Lines from the start of the data through the line containing "A parametric FreeCAD" must be given again exactly. Leave the others out.

--- ENTRIES PROVIDED ---

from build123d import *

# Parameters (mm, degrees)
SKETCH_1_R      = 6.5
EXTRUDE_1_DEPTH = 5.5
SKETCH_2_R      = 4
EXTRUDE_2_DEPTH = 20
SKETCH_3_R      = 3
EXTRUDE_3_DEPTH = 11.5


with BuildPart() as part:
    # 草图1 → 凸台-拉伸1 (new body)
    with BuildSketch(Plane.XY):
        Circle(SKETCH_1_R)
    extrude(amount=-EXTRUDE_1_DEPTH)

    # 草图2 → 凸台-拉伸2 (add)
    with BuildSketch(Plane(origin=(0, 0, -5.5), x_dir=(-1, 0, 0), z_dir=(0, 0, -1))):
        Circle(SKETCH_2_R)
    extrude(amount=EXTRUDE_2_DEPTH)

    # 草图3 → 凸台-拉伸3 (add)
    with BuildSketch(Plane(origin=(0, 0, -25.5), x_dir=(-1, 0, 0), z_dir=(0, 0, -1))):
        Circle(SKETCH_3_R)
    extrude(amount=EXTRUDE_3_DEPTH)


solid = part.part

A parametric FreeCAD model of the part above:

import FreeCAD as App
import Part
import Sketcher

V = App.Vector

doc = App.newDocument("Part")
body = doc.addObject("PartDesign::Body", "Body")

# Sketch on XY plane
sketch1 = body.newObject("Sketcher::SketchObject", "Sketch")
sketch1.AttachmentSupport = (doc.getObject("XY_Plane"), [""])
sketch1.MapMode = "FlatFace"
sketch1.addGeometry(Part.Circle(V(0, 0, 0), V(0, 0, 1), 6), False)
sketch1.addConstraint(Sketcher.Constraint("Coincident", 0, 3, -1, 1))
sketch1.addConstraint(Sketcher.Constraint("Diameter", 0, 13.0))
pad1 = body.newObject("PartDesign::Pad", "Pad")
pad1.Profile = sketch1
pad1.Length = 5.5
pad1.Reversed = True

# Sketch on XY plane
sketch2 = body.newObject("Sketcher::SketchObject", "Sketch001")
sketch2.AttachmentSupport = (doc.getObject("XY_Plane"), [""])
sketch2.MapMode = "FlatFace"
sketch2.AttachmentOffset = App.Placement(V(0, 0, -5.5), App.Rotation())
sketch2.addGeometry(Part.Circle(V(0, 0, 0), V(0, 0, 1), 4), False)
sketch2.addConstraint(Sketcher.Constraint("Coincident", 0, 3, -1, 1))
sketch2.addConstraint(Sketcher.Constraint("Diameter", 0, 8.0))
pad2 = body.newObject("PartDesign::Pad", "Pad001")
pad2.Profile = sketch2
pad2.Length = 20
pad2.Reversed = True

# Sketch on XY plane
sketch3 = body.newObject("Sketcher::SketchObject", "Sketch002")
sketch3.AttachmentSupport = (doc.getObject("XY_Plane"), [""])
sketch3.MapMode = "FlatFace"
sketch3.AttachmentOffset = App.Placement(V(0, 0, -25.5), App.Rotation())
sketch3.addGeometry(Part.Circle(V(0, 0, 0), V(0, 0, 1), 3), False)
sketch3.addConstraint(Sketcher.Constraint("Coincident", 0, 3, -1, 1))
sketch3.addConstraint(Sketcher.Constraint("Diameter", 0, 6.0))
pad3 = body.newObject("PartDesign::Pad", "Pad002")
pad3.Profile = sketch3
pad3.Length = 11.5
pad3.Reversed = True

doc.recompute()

---

OUTPUT BELOW:
from build123d import *

# Parameters (mm, degrees)
SKETCH_1_R      = 6.5
EXTRUDE_1_DEPTH = 5.5
SKETCH_2_R      = 4
EXTRUDE_2_DEPTH = 20
SKETCH_3_R      = 3
EXTRUDE_3_DEPTH = 11.5


with BuildPart() as part:
    # 草图1 → 凸台-拉伸1 (new body)
    with BuildSketch(Plane.XY):
        Circle(SKETCH_1_R)
    extrude(amount=-EXTRUDE_1_DEPTH)

    # 草图2 → 凸台-拉伸2 (add)
    with BuildSketch(Plane(origin=(0, 0, -5.5), x_dir=(-1, 0, 0), z_dir=(0, 0, -1))):
        Circle(SKETCH_2_R)
    extrude(amount=EXTRUDE_2_DEPTH)

    # 草图3 → 凸台-拉伸3 (add)
    with BuildSketch(Plane(origin=(0, 0, -25.5), x_dir=(-1, 0, 0), z_dir=(0, 0, -1))):
        Circle(SKETCH_3_R)
    extrude(amount=EXTRUDE_3_DEPTH)


solid = part.part

A parametric FreeCAD model of the part above:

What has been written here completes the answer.